I would be up to help with that, have you read my three goals method post for breaking 100?


----------



## MrBrightside (Feb 20, 2015)

Thanks for the hedads up, but your thread is more course management - I'm looking to take the fundamentals to the course and I think practicing off grass could help.


----------



## AmandaJR (Feb 23, 2015)

MrBrightside said:



			Off topic, but do you guys know of anywhere in Cambs that has a driving range or practice area you can hit off of grass?

as a new player I'm struggling to transfer my game from range to course and think it might help, a lot to get some practice off the real stuff in.
		
Click to expand...

Gog Magog is a grass practice area. Split into 2 areas - 1 where you buy a basket and they collect them and the other where you can hit your own balls and you collect them. It's a really good facility. I'm assuming open to all and not just members though...


----------



## philly169 (Feb 24, 2015)

also, direct golf at hemmingford have a grass section. Think you need to sign up for a range card (Â£10 a year, discount balls) but its pretty good.


----------



## ScienceBoy (Feb 24, 2015)

I'm free the next three weekends for 18 anywhere within an hour of south cambridge. Price isn't much of an issue as it's a rare treat but under 60 would be nice! 

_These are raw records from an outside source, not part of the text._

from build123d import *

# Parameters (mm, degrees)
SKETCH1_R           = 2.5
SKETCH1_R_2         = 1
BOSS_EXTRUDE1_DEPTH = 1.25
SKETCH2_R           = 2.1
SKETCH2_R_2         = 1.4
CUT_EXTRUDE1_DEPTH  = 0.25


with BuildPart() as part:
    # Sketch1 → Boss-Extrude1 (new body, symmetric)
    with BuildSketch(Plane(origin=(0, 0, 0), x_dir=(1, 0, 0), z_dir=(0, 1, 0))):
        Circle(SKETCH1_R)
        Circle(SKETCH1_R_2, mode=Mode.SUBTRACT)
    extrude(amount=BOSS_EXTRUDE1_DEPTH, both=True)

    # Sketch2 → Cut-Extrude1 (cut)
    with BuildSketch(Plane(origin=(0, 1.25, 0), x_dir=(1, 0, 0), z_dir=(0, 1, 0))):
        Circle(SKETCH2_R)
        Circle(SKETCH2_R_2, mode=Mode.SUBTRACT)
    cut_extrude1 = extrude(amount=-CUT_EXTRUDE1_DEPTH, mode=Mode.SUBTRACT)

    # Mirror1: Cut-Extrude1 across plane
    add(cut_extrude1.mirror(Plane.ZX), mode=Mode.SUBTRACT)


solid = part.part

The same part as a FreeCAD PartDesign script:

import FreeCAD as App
import Part
import Sketcher

doc = App.newDocument("Part")
body = doc.addObject("PartDesign::Body", "Body")

# Sketch on XZ plane
sketch1 = doc.addObject("Sketcher::SketchObject", "Sketch")
body.addObject(sketch1)
sketch1.AttachmentSupport = (doc.XZ_Plane, [""])
sketch1.MapMode = "FlatFace"
sketch1.addGeometry([
    Part.Circle(App.Vector(0, 0, 0), App.Vector(0, 0, 1), 2.5),
    Part.Circle(App.Vector(0, 0, 0), App.Vector(0, 0, 1), 1),
], False)
sketch1.addConstraint([
    Sketcher.Constraint("Coincident", 0, 3, -1, 1),
    Sketcher.Constraint("Coincident", 1, 3, -1, 1),
    Sketcher.Constraint("Diameter", 0, 5.0),
    Sketcher.Constraint("Diameter", 1, 2.0),
])
pad1 = doc.addObject("PartDesign::Pad", "Pad")
body.addObject(pad1)
pad1.Profile = sketch1
pad1.Length = 2.5
pad1.Midplane = True

# Sketch on XZ plane
sketch2 = doc.addObject("Sketcher::SketchObject", "Sketch001")
body.addObject(sketch2)
sketch2.AttachmentSupport = (doc.XZ_Plane, [""])
sketch2.MapMode = "FlatFace"
sketch2.AttachmentOffset = App.Placement(App.Vector(0, 0, -1.25), App.Rotation())
sketch2.addGeometry([
    Part.Circle(App.Vector(0, 0, 0), App.Vector(0, 0, 1), 2.1),
    Part.Circle(App.Vector(0, 0, 0), App.Vector(0, 0, 1), 1.4),
], False)
sketch2.addConstraint([
    Sketcher.Constraint("Coincident", 0, 3, -1, 1),
    Sketcher.Constraint("Coincident", 1, 3, -1, 1),
    Sketcher.Constraint("Diameter", 0, 4.2),
    Sketcher.Constraint("Diameter", 1, 2.8),
])
pocket1 = doc.addObject("PartDesign::Pocket", "Pocket")
body.addObject(pocket1)
pocket1.Profile = sketch2
pocket1.Length = 0.25
pocket1.Reversed = True
doc.recompute()

mirrored = doc.addObject("PartDesign::Mirrored", "Mirrored")
body.addObject(mirrored)
mirrored.Originals = [pocket1]
mirrored.MirrorPlane = (doc.XZ_Plane, [""])
body.Tip = mirrored

doc.recompute()
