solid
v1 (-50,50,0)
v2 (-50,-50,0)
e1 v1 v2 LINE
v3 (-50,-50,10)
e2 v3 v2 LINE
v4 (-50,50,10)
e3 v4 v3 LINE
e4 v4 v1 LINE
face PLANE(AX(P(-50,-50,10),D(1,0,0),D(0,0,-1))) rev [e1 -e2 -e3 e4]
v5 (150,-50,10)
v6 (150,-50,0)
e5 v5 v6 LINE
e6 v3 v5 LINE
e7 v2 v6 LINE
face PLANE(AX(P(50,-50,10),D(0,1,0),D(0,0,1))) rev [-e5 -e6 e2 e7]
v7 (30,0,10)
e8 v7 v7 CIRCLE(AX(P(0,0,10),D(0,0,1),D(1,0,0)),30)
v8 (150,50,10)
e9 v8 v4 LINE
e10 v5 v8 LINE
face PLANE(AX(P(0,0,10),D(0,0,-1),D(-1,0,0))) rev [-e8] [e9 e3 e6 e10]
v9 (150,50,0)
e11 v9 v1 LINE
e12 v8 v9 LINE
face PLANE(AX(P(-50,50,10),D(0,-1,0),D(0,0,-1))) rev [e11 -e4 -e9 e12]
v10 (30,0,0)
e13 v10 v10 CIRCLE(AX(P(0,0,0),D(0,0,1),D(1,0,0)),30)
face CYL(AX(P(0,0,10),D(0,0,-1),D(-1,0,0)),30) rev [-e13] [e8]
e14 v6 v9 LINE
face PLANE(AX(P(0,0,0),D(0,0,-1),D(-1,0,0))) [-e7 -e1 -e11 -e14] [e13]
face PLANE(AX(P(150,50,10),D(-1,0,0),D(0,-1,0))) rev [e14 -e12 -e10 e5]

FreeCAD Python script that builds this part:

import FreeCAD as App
import Part
import Sketcher

V = App.Vector
Q = App.Units.Quantity


def add_polygon(sketch, points):
    """Adds a closed chain of lines whose ends are joined by coincident constraints."""
    first, n = sketch.GeometryCount, len(points)
    for a, b in zip(points, points[1:] + points[:1]):
        sketch.addGeometry(Part.LineSegment(App.Vector(*a, 0), App.Vector(*b, 0)), False)
    for i in range(n):
        sketch.addConstraint(Sketcher.Constraint("Coincident", first + i, 2, first + (i + 1) % n, 1))

doc = App.newDocument("Part")
body = doc.addObject("PartDesign::Body", "Body")

sketch1 = doc.addObject("Sketcher::SketchObject", "Sketch")
body.addObject(sketch1)
sketch1.AttachmentSupport = (doc.XY_Plane, [""])
sketch1.MapMode = "FlatFace"
add_polygon(sketch1, [(-50, -50), (150, -50), (150, 50), (-50, 50)])
sketch1.addGeometry(Part.Circle(V(0, 0, 0), V(0, 0, 1), 30), False)
sketch1.addConstraint([
    Sketcher.Constraint("Horizontal", 0),
    Sketcher.Constraint("Vertical", 1),
    Sketcher.Constraint("Horizontal", 2),
    Sketcher.Constraint("Vertical", 3),
    Sketcher.Constraint("Coincident", 4, 3, -1, 1),
    Sketcher.Constraint("Diameter", 4, Q("60 mm")),
    Sketcher.Constraint("DistanceX", 0, 1, 0, 2, Q("200 mm")),
    Sketcher.Constraint("DistanceY", 1, 1, 1, 2, Q("100 mm")),
    Sketcher.Constraint("DistanceX", -1, 1, 0, 2, Q("150 mm")),
    Sketcher.Constraint("DistanceY", 0, 2, -1, 1, Q("50 mm")),
])
pad1 = doc.addObject("PartDesign::Pad", "Pad")
body.addObject(pad1)
pad1.Profile = sketch1
pad1.Length = 10

doc.recompute()
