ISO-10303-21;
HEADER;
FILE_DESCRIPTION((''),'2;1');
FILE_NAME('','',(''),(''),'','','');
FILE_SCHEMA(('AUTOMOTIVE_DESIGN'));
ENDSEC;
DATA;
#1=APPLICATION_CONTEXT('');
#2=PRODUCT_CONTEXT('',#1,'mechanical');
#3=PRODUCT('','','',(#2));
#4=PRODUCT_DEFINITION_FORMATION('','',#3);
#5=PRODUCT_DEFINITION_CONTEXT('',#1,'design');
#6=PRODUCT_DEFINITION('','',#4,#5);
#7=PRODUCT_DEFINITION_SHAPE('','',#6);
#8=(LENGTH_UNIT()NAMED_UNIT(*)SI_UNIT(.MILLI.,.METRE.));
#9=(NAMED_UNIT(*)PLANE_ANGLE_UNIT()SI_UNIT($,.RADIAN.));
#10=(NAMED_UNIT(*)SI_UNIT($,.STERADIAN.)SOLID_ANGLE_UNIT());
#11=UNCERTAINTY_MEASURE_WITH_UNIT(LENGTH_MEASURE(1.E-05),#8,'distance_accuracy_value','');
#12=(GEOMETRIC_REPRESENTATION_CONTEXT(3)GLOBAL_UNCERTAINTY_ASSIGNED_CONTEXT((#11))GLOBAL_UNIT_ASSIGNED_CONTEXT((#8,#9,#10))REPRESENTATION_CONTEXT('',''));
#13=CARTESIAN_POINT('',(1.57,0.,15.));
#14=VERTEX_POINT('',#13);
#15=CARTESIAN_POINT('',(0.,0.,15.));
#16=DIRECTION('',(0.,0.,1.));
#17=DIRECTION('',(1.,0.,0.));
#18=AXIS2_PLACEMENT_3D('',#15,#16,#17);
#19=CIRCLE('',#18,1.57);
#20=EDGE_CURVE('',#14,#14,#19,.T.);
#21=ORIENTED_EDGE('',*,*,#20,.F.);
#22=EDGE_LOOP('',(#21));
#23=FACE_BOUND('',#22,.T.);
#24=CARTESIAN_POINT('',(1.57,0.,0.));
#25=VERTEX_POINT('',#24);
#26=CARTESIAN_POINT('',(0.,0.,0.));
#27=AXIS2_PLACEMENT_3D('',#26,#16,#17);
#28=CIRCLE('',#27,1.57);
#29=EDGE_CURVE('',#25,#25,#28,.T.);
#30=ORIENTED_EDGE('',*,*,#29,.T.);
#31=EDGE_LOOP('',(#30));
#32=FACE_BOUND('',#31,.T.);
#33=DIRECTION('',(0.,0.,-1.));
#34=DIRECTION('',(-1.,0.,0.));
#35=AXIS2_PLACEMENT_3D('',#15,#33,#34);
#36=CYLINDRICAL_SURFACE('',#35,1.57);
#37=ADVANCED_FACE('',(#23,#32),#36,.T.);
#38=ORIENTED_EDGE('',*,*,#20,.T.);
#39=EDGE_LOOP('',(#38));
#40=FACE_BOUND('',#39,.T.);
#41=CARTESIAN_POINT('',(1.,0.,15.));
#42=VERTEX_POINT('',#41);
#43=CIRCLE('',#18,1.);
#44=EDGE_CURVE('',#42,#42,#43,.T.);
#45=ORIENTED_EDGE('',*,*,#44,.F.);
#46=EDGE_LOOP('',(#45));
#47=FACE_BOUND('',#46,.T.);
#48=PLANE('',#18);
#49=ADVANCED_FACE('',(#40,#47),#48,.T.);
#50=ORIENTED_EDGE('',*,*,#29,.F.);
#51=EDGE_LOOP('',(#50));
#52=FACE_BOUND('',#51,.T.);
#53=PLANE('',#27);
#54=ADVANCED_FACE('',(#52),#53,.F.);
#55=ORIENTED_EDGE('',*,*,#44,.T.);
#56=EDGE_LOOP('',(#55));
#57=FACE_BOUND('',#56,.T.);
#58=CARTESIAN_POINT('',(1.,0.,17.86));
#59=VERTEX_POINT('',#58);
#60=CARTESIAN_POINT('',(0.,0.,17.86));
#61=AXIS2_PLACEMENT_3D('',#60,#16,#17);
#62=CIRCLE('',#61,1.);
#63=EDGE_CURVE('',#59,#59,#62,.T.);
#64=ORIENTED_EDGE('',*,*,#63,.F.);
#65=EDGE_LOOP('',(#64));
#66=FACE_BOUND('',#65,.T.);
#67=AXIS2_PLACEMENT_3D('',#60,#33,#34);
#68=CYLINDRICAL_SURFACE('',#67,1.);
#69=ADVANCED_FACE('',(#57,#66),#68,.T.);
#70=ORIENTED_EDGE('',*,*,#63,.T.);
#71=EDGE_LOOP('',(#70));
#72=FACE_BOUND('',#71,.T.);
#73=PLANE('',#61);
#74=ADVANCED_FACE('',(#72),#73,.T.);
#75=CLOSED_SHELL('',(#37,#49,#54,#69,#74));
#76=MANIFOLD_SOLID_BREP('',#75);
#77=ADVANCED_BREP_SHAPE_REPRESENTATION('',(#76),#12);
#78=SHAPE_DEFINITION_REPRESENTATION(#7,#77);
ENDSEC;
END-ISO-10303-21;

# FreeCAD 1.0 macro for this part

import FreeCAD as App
import Part
import Sketcher

V = App.Vector

doc = App.newDocument("Part")
params = doc.addObject("Spreadsheet::Sheet", "Params")
for row, (alias, value) in enumerate([
    ("sketch1_diameter", "2 mm"),
    ("pad1_length", "17.86 mm"),
    ("sketch2_diameter", "3.14 mm"),
    ("pad2_length", "15 mm"),
], start=1):
    params.set(f"A{row}", alias)
    params.set(f"B{row}", "=" + value)
    params.setAlias(f"B{row}", alias)

body = doc.addObject("PartDesign::Body", "Body")

# Sketch on XY plane
sketch1 = body.newObject("Sketcher::SketchObject", "Sketch")
sketch1.AttachmentSupport = (doc.getObject("XY_Plane"), [""])
sketch1.MapMode = "FlatFace"
sketch1.addGeometry(Part.Circle(V(0, 0, 0), V(0, 0, 1), 1), False)
sketch1.addConstraint([
    Sketcher.Constraint("Coincident", 0, 3, -1, 1),
    Sketcher.Constraint("Diameter", 0, 2.0),
])
sketch1.setExpression("Constraints[1]", "Params.sketch1_diameter")
pad1 = body.newObject("PartDesign::Pad", "Pad")
pad1.Profile = sketch1
pad1.setExpression("Length", "Params.pad1_length")

# Sketch on XY plane
sketch2 = body.newObject("Sketcher::SketchObject", "Sketch001")
sketch2.AttachmentSupport = (doc.getObject("XY_Plane"), [""])
sketch2.MapMode = "FlatFace"
sketch2.addGeometry(Part.Circle(V(0, 0, 0), V(0, 0, 1), 1.6), False)
sketch2.addConstraint([
    Sketcher.Constraint("Coincident", 0, 3, -1, 1),
    Sketcher.Constraint("Diameter", 0, 3.14),
])
sketch2.setExpression("Constraints[1]", "Params.sketch2_diameter")
pad2 = body.newObject("PartDesign::Pad", "Pad001")
pad2.Profile = sketch2
pad2.setExpression("Length", "Params.pad2_length")

doc.recompute()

I will play with anyone of any ability, I am just glad for the company.


----------



## Break90 (Feb 24, 2015)

AmandaJR said:



			Gog Magog is a grass practice area. Split into 2 areas - 1 where you buy a basket and they collect them and the other where you can hit your own balls and you collect them. It's a really good facility. I'm assuming open to all and not just members though...
		
Click to expand...

Unfortunately the practice area at Gog Magog is only open to visitors if playing the courses, can't just turn up and use it.


----------



## AmandaJR (Feb 24, 2015)

Break90 said:



			Unfortunately the practice area at Gog Magog is only open to visitors if playing the courses, can't just turn up and use it.
		
Click to expand...

Ahhh - I did wonder. Thanks for clarifying.


----------



## Break90 (Feb 24, 2015)

AmandaJR said:



			Ahhh - I did wonder. Thanks for clarifying.
		
Click to expand...

No worries, I'm not sure why its not open to the public TBH


----------



## ScienceBoy (Feb 25, 2015)

MrBrightside said:



			Thanks for the hedads up, but your thread is more course management - I'm looking to take the fundamentals to the course and I think practicing off grass could help.
		
Click to expand...

You would be surprised how much it would help. 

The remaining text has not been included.